(Data items)
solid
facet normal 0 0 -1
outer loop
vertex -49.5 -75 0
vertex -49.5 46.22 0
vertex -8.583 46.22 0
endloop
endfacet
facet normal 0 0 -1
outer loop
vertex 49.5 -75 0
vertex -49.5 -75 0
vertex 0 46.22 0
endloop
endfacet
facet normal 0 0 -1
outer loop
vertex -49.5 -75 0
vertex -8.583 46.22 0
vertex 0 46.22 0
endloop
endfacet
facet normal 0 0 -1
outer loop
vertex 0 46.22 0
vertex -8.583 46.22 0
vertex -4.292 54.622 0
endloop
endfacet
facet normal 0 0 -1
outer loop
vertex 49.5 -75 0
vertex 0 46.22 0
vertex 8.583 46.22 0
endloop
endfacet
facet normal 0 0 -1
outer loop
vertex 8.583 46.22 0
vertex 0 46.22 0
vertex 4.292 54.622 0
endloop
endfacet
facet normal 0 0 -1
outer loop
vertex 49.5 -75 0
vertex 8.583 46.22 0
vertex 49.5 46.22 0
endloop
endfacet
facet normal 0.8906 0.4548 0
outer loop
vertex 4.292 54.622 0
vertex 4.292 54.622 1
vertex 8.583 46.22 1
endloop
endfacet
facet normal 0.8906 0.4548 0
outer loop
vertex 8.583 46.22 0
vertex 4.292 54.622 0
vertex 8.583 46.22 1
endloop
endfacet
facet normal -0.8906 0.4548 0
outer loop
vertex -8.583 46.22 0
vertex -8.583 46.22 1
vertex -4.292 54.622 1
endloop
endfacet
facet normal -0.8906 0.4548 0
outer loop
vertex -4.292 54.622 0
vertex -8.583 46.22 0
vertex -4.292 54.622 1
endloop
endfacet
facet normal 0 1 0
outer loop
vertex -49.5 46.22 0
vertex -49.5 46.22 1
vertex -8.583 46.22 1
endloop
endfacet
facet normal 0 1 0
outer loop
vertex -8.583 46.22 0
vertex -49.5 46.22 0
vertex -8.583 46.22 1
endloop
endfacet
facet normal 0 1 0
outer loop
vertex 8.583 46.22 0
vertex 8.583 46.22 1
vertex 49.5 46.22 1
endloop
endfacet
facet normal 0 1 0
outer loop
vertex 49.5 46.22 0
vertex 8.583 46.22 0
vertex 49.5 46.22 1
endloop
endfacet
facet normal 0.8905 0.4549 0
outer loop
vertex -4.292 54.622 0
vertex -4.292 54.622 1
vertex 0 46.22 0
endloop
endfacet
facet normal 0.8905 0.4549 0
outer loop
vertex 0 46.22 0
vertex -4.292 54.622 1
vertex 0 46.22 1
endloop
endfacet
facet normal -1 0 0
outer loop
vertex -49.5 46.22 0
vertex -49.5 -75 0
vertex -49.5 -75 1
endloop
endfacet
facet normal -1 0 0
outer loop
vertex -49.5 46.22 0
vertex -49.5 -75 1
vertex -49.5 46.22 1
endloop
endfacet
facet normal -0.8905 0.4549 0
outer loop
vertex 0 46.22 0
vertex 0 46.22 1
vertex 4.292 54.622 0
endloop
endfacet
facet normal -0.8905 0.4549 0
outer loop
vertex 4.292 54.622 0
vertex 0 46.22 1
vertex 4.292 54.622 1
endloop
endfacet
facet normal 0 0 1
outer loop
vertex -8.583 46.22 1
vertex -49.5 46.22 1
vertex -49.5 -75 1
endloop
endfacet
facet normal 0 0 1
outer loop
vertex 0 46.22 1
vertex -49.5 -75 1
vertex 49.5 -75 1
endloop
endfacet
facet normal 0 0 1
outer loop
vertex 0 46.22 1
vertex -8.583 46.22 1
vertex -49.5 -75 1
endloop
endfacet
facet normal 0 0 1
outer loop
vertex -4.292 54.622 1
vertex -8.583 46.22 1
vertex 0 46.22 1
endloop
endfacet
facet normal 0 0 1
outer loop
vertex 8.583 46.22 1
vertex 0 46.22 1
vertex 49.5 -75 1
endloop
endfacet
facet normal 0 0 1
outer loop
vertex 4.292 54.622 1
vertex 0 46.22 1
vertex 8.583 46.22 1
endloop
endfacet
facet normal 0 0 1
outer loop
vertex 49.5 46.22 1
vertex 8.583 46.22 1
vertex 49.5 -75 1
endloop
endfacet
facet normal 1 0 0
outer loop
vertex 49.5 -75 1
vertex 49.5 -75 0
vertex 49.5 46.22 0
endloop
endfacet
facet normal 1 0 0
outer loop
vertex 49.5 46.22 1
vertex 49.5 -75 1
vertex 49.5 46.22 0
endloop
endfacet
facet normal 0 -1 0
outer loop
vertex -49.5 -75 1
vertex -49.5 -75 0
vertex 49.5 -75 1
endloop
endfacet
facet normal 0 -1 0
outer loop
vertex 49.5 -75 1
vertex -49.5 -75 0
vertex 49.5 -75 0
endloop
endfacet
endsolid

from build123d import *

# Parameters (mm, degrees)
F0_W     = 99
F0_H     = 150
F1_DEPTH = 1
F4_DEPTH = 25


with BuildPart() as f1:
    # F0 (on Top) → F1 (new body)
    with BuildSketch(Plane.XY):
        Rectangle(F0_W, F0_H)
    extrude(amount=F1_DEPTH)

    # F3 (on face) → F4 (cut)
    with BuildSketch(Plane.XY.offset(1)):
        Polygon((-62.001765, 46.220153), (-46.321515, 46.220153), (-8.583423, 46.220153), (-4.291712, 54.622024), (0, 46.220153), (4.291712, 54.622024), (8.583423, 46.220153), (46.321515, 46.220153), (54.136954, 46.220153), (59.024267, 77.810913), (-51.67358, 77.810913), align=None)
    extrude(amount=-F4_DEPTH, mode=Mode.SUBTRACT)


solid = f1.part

* * *

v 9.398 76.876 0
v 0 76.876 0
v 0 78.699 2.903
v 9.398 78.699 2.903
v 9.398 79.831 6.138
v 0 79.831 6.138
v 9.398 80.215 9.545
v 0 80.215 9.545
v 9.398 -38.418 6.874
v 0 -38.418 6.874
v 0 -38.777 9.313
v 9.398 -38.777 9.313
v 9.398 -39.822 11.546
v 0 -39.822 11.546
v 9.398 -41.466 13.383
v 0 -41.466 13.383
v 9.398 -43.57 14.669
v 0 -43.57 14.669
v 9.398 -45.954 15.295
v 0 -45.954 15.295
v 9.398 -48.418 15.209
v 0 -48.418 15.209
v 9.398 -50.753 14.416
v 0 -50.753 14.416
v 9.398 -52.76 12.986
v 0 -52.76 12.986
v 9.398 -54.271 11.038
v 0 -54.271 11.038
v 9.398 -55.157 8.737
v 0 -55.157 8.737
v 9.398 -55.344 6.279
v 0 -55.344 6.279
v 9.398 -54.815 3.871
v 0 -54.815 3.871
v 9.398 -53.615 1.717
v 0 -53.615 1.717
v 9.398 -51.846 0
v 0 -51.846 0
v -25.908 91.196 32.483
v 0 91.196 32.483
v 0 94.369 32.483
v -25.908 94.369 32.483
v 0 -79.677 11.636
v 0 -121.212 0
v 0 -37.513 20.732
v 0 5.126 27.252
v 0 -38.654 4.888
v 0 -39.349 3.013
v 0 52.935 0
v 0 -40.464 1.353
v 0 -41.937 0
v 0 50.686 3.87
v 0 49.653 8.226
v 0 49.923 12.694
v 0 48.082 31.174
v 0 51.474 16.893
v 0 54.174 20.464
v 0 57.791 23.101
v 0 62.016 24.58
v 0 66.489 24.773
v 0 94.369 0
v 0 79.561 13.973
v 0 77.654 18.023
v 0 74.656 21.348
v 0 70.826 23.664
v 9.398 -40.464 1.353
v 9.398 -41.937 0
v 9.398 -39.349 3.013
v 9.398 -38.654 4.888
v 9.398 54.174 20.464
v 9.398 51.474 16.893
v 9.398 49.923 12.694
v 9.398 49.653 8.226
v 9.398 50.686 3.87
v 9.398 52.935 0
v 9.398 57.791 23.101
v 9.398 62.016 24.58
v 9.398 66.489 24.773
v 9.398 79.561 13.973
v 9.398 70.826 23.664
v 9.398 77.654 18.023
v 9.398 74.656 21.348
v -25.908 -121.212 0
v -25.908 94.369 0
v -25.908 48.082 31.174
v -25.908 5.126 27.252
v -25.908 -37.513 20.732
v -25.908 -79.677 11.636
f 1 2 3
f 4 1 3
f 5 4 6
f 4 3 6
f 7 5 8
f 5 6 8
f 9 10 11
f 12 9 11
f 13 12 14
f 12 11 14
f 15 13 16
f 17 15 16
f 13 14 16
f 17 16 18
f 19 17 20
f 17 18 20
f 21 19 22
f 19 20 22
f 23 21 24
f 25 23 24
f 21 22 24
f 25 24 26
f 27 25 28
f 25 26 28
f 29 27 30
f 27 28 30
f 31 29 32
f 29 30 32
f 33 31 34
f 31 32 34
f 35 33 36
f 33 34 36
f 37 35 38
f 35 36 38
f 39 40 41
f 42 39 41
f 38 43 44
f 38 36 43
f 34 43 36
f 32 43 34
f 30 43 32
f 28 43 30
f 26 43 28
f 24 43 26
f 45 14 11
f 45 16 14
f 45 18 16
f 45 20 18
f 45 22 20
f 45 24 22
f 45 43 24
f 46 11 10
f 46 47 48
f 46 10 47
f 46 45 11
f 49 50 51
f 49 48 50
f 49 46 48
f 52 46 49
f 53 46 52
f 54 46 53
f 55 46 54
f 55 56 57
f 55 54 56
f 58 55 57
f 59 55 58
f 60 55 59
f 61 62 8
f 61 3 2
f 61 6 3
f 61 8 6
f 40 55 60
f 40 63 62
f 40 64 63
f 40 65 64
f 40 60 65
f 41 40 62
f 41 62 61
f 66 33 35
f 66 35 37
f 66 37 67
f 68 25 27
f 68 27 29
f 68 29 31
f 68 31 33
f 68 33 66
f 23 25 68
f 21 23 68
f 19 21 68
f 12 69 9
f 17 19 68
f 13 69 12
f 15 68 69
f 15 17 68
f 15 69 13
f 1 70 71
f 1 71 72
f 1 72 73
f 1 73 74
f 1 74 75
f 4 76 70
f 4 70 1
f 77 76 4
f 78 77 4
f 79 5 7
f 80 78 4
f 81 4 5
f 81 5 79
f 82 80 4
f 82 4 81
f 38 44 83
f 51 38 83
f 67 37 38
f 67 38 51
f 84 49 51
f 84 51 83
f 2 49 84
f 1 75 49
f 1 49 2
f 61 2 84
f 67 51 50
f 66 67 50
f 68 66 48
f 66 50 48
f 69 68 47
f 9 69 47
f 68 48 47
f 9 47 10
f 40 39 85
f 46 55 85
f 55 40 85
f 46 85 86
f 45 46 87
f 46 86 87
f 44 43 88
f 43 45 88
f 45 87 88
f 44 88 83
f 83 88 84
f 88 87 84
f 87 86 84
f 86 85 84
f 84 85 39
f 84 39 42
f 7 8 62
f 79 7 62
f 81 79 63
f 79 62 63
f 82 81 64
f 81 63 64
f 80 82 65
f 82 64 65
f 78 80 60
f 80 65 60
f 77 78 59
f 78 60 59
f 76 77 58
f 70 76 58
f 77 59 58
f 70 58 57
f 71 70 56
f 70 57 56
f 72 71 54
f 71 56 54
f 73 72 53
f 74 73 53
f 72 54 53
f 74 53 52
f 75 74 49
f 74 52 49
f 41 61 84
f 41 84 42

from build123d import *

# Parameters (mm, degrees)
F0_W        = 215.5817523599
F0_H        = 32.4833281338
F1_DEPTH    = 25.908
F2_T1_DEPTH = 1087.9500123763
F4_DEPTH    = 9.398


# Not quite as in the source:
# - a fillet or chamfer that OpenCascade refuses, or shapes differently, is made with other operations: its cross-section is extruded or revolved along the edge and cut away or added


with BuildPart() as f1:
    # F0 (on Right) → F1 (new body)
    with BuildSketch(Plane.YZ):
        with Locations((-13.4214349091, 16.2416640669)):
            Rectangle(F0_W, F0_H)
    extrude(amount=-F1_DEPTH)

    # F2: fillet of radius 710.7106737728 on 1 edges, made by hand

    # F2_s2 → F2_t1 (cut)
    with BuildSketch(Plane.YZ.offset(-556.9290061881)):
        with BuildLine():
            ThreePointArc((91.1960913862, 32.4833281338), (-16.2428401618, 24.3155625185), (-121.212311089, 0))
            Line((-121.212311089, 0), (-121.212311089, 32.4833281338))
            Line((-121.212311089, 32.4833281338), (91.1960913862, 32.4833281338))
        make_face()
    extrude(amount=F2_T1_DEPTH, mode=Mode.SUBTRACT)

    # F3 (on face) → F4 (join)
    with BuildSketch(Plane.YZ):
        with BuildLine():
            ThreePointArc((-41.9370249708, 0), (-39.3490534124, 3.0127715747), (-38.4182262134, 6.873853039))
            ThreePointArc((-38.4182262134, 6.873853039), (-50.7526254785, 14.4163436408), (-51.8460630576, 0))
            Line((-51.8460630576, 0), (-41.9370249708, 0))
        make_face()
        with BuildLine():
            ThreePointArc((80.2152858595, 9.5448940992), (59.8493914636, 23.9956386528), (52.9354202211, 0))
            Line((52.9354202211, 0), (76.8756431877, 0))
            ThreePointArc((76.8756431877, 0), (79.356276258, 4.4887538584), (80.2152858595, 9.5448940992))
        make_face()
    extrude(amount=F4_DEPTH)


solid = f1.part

(Task prompt)
Copy out, exactly and alone, the lines of the entries above between the ones holding "v 0 78.699 2.903" and "v 9.398 -41.937 0", inclusive.

(Response area)
v 0 78.699 2.903
v 9.398 78.699 2.903
v 9.398 79.831 6.138
v 0 79.831 6.138
v 9.398 80.215 9.545
v 0 80.215 9.545
v 9.398 -38.418 6.874
v 0 -38.418 6.874
v 0 -38.777 9.313
v 9.398 -38.777 9.313
v 9.398 -39.822 11.546
v 0 -39.822 11.546
v 9.398 -41.466 13.383
v 0 -41.466 13.383
v 9.398 -43.57 14.669
v 0 -43.57 14.669
v 9.398 -45.954 15.295
v 0 -45.954 15.295
v 9.398 -48.418 15.209
v 0 -48.418 15.209
v 9.398 -50.753 14.416
v 0 -50.753 14.416
v 9.398 -52.76 12.986
v 0 -52.76 12.986
v 9.398 -54.271 11.038
v 0 -54.271 11.038
v 9.398 -55.157 8.737
v 0 -55.157 8.737
v 9.398 -55.344 6.279
v 0 -55.344 6.279
v 9.398 -54.815 3.871
v 0 -54.815 3.871
v 9.398 -53.615 1.717
v 0 -53.615 1.717
v 9.398 -51.846 0
v 0 -51.846 0
v -25.908 91.196 32.483
v 0 91.196 32.483
v 0 94.369 32.483
v -25.908 94.369 32.483
v 0 -79.677 11.636
v 0 -121.212 0
v 0 -37.513 20.732
v 0 5.126 27.252
v 0 -38.654 4.888
v 0 -39.349 3.013
v 0 52.935 0
v 0 -40.464 1.353
v 0 -41.937 0
v 0 50.686 3.87
v 0 49.653 8.226
v 0 49.923 12.694
v 0 48.082 31.174
v 0 51.474 16.893
v 0 54.174 20.464
v 0 57.791 23.101
v 0 62.016 24.58
v 0 66.489 24.773
v 0 94.369 0
v 0 79.561 13.973
v 0 77.654 18.023
v 0 74.656 21.348
v 0 70.826 23.664
v 9.398 -40.464 1.353
v 9.398 -41.937 0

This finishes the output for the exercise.